Oh Storm Storm…You gave me 12 extraordinary years together. You’ve been there for me through the best times of my life and through the worst times of my life. I miss you so very much, my friend.
I look for you everywhere. There isn’t a place that doesn’t remind me of you being there. The toy basket has all your blue balls in there. That was never the case because you had them scattered all over the place at your leisure.
I always think about our first night together. We were best friends from moment I picked you up. We stayed up together most of that night. I would only try to sneak away while you were sleeping, and you’d follow me every time. I had no idea at the time, that you would spend your life following me and being my constant companion. Everywhere I went you were by my side. You traveled with me everywhere. I remember your first airplane ride, you were still a puppy, you fit perfectly in your pretty bag, and you flirted your way up on your own seat. The flight attendants couldn’t get enough of you, and you soaked up the attention.
I admired the strength you had to fight all your ailments. Every time the vets would up your dose of phenol, they’d always state how groggy you might get, but I knew nothing stopped you.
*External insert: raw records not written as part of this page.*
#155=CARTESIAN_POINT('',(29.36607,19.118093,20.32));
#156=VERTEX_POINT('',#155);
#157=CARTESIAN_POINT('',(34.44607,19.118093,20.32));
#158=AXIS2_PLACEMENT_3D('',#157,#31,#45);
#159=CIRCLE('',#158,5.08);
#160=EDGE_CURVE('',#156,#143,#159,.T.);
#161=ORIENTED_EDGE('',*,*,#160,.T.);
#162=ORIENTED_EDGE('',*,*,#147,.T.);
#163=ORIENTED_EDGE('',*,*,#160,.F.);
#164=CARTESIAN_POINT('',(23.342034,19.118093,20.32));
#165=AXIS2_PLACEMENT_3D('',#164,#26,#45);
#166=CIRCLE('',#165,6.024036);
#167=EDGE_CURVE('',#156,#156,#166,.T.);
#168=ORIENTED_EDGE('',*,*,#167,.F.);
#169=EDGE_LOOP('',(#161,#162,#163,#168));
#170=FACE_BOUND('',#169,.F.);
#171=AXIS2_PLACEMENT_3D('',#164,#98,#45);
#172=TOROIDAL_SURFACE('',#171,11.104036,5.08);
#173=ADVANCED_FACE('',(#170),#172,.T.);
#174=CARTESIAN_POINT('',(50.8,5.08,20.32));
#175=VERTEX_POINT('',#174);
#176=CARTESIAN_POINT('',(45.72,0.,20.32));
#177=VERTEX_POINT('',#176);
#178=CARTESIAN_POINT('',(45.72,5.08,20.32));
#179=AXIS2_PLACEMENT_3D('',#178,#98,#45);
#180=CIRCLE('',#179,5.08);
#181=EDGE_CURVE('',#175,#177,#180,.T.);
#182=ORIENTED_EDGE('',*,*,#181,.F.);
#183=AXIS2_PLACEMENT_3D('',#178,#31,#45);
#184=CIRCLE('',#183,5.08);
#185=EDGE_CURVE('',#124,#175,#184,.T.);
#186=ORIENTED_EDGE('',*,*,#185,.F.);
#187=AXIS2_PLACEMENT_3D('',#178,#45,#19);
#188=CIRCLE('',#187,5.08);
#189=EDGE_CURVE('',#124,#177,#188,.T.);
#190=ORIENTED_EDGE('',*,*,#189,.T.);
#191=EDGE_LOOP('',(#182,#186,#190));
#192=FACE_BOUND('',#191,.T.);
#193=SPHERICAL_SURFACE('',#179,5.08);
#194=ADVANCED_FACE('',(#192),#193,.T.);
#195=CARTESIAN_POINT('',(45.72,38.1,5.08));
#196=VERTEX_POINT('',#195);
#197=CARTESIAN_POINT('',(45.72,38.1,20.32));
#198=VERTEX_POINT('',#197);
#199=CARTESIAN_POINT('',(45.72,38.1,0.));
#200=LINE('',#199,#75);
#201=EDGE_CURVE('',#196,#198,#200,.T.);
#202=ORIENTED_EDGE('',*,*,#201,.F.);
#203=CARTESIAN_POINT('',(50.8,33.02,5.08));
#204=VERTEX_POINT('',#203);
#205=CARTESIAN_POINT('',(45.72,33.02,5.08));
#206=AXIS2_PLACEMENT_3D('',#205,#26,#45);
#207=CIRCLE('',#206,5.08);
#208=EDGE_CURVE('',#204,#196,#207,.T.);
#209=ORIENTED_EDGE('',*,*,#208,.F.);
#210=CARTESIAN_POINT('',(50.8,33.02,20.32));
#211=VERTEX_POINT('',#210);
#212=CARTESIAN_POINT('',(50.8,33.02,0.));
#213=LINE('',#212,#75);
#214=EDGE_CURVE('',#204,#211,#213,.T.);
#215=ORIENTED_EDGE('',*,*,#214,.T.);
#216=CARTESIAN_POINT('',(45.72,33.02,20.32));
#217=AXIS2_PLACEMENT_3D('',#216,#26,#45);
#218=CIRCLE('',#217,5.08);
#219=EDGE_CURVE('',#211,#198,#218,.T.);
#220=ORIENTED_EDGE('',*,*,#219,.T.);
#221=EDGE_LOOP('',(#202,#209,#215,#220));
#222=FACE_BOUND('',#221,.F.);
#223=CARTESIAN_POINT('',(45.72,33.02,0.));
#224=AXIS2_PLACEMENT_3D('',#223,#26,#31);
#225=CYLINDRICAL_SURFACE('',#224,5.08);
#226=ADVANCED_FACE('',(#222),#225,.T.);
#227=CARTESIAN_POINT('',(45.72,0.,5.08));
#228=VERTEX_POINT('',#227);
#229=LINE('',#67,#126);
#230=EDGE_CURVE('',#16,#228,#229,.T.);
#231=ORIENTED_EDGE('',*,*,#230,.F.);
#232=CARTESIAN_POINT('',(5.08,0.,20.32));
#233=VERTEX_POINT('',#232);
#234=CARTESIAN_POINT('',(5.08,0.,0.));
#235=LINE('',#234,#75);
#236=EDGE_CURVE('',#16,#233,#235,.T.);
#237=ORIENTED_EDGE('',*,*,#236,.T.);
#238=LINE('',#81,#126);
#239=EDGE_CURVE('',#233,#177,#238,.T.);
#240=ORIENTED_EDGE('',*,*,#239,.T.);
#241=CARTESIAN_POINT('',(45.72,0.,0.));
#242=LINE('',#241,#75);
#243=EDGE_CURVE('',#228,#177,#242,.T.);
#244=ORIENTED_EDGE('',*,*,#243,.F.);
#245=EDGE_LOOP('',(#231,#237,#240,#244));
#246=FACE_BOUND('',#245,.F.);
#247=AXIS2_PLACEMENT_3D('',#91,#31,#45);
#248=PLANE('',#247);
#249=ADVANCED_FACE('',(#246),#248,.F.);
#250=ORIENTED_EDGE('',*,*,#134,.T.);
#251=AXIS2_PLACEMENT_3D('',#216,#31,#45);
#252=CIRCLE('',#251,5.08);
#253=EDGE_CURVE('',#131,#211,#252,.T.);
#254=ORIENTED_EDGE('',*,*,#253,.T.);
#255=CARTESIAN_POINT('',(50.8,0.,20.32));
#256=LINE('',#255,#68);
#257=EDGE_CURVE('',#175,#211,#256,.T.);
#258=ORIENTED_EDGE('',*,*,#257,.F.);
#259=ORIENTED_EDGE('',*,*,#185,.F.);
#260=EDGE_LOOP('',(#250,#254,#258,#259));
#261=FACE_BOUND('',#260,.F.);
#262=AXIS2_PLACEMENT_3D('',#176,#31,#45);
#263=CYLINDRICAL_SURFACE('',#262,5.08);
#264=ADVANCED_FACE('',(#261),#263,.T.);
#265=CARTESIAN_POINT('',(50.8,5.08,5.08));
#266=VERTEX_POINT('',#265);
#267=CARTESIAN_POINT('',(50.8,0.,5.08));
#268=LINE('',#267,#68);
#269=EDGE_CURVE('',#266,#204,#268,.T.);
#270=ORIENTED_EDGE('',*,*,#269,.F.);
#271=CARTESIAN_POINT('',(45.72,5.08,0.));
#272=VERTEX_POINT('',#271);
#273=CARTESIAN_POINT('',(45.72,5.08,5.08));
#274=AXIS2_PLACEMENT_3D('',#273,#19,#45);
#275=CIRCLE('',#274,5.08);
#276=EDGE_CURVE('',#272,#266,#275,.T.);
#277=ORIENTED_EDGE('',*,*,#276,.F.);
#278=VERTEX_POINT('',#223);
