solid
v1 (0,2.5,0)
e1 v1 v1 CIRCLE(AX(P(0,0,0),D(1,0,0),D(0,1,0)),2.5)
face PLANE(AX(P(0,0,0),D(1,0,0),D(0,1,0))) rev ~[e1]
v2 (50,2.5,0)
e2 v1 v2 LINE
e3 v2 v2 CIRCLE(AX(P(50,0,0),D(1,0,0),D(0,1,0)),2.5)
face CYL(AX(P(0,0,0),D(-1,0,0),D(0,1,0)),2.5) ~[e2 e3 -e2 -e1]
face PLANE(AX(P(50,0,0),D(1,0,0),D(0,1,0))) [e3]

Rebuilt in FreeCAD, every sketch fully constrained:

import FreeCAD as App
import Part
import Sketcher
from FreeCAD import Vector

doc = App.newDocument("Part")
params = doc.addObject("Spreadsheet::Sheet", "Params")
for row, (alias, value) in enumerate([
    ("sketch1_diameter", "5 mm"),
    ("pad1_length", "50 mm"),
], start=1):
    params.set(f"A{row}", alias)
    params.set(f"B{row}", "=" + value)
    params.setAlias(f"B{row}", alias)

body = doc.addObject("PartDesign::Body", "Body")

sketch1 = body.newObject("Sketcher::SketchObject", "Sketch")
sketch1.AttachmentSupport = (doc.getObject("YZ_Plane"), [""])
sketch1.MapMode = "FlatFace"
sketch1.addGeometry(Part.Circle(Vector(0, 0, 0), Vector(0, 0, 1), 2.5), False)
sketch1.addConstraint(Sketcher.Constraint("Coincident", 0, 3, -1, 1))
sketch1.addConstraint(Sketcher.Constraint("Diameter", 0, 5.0))
sketch1.setExpression("Constraints[1]", "Params.sketch1_diameter")
pad1 = body.newObject("PartDesign::Pad", "Pad")
pad1.Profile = sketch1
pad1.setExpression("Length", "Params.pad1_length")

doc.recompute()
There was an ongoing saying that you were going to outlive me. I never considered a future that didn’t include you.
We were always at your beck and call. You commanded all the attention by stomping your right paw, and we’d be right there for you.
You were such a loving friend. There wasn’t a person, or an animal you didn’t love. You cleaned the cats so often that you required a dental nearly every 6 months, and the vet always mentioned an unusual amount of hair removal that came from your mouth. How could anyone stop you. You loved so much to spend your evenings cleaning Posie, Newman & Morris.
You were so vocal and even musically talented. You sang so much, it drove us crazy sometimes. I knew we were all in the company of true talent, when you sang to the news theme on channel 40 every time it came on. I’d give anything to hear you sing again, my friend.
You checked on me often, even up to the last night you were with me, you checked on me to make sure I’d be alright. I was upset because you wouldn’t rest, you needed your rest and you were always looking up at me. It wasn’t until I assured you that’d I’d be ok that you finally slept.
We miss you Storm and I can’t wait for the day we’re together again. I love you.